BEGIN GIVEN RECORDS

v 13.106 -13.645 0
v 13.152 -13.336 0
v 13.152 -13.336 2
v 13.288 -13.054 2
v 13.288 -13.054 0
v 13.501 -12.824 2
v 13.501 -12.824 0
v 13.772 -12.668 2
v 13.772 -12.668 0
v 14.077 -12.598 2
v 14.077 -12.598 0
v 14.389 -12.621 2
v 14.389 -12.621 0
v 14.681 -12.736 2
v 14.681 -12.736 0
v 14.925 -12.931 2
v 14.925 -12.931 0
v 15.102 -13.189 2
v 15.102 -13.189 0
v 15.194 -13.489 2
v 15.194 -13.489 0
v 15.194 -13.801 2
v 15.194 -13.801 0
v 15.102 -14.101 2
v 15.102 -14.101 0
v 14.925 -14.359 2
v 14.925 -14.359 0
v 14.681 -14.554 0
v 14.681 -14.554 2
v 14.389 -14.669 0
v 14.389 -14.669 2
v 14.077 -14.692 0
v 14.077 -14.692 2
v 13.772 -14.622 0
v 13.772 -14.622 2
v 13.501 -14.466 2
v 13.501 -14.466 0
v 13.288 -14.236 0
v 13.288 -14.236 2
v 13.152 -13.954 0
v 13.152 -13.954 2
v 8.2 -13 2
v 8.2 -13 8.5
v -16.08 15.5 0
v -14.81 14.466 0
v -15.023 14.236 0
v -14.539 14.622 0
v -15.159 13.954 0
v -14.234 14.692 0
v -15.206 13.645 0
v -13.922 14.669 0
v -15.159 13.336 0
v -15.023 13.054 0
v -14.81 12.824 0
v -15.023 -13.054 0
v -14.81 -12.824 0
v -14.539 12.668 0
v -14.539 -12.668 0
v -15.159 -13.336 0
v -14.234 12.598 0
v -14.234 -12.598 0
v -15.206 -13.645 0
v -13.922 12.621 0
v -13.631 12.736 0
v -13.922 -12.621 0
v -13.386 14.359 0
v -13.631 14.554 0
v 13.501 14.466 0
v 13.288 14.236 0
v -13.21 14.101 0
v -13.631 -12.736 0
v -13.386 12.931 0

END GIVEN RECORDS

● **PROMPT**
Each line above from the one with "v 14.389 -14.669 2" up to and including the one with "v -14.539 -12.668 0" must be set down exactly, and no line outside that span may appear.

● **EXERCISE OUTPUT**
v 14.389 -14.669 2
v 14.077 -14.692 0
v 14.077 -14.692 2
v 13.772 -14.622 0
v 13.772 -14.622 2
v 13.501 -14.466 2
v 13.501 -14.466 0
v 13.288 -14.236 0
v 13.288 -14.236 2
v 13.152 -13.954 0
v 13.152 -13.954 2
v 8.2 -13 2
v 8.2 -13 8.5
v -16.08 15.5 0
v -14.81 14.466 0
v -15.023 14.236 0
v -14.539 14.622 0
v -15.159 13.954 0
v -14.234 14.692 0
v -15.206 13.645 0
v -13.922 14.669 0
v -15.159 13.336 0
v -15.023 13.054 0
v -14.81 12.824 0
v -15.023 -13.054 0
v -14.81 -12.824 0
v -14.539 12.668 0
v -14.539 -12.668 0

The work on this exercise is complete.